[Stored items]
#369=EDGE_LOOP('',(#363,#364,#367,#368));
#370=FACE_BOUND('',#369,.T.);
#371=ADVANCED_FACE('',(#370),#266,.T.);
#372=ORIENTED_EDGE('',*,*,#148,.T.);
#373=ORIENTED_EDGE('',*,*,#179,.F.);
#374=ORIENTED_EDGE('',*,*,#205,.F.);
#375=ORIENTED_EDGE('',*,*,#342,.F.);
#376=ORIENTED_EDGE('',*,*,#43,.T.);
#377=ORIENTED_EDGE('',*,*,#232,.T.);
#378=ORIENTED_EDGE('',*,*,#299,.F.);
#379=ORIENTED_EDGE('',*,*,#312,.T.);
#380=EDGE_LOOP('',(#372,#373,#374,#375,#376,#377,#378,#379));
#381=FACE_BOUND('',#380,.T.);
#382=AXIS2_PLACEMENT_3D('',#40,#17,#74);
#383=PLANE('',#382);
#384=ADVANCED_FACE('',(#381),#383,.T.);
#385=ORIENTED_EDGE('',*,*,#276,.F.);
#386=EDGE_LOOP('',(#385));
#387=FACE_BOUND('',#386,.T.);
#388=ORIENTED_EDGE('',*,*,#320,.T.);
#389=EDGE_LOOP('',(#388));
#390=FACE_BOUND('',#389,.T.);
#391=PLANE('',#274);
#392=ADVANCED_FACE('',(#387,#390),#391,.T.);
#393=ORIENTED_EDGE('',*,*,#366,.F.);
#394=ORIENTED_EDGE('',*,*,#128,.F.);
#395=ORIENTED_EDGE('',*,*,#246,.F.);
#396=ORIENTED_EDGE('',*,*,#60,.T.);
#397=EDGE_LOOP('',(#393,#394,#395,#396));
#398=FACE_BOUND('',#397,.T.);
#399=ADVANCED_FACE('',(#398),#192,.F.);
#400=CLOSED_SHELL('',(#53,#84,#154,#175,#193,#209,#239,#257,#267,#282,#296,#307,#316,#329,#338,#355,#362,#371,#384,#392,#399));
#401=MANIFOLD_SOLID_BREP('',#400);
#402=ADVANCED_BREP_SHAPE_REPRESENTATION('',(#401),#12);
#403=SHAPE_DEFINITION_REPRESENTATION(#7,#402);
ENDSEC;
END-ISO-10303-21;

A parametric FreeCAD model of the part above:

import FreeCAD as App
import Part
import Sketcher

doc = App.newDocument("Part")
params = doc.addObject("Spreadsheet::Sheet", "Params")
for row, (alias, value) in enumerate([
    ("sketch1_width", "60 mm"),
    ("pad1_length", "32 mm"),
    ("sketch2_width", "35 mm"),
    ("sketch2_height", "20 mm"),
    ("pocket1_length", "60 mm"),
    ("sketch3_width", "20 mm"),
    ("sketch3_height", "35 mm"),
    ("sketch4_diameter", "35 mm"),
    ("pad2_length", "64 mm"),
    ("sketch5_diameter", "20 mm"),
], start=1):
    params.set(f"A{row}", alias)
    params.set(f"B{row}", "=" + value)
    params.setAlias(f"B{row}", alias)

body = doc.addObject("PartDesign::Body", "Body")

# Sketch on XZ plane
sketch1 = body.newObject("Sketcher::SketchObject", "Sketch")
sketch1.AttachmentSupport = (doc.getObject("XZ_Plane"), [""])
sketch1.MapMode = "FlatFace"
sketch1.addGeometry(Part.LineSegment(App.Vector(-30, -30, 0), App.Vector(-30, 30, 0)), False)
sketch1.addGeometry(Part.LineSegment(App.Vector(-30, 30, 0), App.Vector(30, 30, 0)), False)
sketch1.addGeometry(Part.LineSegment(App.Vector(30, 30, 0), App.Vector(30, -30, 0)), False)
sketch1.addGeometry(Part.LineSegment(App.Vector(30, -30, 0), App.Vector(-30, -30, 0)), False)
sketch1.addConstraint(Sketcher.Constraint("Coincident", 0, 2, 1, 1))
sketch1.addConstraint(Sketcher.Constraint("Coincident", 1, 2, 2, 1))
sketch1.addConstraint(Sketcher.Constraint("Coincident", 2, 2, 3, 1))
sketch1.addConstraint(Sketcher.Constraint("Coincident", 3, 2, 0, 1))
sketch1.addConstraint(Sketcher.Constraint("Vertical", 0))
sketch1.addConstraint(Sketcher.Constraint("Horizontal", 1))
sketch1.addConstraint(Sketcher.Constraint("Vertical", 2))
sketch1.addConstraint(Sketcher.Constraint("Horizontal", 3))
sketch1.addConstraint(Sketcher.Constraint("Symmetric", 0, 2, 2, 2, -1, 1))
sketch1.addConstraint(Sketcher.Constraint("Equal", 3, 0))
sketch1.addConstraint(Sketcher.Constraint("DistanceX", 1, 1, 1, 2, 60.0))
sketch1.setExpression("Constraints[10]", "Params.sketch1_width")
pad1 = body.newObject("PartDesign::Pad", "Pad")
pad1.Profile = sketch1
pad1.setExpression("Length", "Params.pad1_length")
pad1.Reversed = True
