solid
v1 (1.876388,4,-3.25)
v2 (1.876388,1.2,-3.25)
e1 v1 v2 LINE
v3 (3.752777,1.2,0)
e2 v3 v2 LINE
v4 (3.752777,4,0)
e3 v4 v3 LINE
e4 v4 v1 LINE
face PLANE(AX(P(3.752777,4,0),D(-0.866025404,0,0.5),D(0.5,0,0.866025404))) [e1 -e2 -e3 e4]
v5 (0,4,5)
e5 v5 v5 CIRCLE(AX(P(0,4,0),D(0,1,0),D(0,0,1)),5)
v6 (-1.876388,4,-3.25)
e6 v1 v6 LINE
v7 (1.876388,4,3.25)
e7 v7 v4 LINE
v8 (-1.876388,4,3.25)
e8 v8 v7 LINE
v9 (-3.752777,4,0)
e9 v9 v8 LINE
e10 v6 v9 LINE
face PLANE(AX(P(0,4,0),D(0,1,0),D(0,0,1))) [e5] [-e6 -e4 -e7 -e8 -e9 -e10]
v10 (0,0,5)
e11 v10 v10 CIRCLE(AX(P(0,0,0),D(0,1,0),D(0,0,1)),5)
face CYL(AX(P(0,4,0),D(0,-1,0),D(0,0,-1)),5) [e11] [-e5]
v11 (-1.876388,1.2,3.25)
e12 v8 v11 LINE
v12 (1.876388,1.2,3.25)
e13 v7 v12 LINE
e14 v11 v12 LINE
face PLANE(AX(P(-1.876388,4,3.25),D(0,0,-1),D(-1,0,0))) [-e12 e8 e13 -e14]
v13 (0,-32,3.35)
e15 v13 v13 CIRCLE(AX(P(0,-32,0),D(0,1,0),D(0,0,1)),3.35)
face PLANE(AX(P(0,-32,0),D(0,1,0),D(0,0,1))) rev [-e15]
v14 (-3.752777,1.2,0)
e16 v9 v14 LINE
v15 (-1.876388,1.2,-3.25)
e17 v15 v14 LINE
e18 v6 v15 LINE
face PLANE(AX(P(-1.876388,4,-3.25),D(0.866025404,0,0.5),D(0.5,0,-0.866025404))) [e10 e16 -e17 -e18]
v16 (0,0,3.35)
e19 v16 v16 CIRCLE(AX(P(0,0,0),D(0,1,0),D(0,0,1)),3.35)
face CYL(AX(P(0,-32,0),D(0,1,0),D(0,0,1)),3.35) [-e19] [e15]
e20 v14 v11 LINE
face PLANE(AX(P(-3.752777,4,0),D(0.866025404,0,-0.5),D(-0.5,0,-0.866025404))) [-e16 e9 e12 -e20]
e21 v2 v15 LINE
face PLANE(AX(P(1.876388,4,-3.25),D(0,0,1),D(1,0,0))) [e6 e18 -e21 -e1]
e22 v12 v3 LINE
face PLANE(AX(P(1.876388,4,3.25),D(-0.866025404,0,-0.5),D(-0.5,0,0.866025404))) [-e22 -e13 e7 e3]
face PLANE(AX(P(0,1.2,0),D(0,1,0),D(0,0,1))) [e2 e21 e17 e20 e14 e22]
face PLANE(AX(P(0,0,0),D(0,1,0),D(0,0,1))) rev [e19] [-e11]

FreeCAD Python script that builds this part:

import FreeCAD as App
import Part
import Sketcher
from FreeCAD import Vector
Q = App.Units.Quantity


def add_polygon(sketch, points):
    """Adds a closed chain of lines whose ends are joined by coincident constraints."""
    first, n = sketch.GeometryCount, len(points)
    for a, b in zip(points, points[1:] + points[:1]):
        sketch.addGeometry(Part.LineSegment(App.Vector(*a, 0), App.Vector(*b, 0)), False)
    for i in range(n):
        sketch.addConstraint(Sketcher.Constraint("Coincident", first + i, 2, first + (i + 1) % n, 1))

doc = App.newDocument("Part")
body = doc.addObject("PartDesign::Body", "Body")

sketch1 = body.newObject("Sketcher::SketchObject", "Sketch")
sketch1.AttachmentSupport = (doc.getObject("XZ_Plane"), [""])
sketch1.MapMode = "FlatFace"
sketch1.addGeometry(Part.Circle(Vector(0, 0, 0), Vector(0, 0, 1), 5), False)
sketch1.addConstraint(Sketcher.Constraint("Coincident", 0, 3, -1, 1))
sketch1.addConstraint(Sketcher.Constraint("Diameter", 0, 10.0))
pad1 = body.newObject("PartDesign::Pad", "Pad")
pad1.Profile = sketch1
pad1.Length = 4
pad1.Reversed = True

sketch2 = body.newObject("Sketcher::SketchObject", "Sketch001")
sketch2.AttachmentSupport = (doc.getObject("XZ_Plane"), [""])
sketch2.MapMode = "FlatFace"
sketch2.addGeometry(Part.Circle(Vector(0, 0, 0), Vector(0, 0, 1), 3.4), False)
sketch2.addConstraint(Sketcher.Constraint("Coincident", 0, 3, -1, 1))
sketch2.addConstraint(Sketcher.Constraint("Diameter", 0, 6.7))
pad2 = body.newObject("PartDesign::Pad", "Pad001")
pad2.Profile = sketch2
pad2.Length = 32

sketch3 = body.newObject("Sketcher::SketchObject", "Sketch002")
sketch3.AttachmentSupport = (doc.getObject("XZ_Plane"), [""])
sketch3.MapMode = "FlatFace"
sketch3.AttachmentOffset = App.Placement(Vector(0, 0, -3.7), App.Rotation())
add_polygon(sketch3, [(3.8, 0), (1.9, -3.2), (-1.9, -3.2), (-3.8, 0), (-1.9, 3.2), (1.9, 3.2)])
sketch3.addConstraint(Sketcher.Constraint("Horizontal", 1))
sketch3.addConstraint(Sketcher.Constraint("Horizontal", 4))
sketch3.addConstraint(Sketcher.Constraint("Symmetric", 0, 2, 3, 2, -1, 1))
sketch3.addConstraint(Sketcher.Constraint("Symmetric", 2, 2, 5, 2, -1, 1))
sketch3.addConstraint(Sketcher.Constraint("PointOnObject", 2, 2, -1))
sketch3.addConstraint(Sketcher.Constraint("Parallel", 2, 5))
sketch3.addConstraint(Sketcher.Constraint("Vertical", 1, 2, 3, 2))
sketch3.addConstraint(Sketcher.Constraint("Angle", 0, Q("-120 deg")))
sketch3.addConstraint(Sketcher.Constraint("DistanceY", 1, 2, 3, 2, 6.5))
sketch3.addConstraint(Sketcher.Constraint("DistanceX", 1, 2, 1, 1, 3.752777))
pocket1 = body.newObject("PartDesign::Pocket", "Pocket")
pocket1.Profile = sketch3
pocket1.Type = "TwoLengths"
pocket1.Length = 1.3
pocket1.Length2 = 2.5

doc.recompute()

• WORK INSTRUCTION
Those lines above that contain the string "setExpression" should be returned.

• RESPONSE TO THE EXERCISE
sketch1.setExpression("Constraints[10]", "Params.sketch1_width")
pad1.setExpression("Length", "Params.pad1_length")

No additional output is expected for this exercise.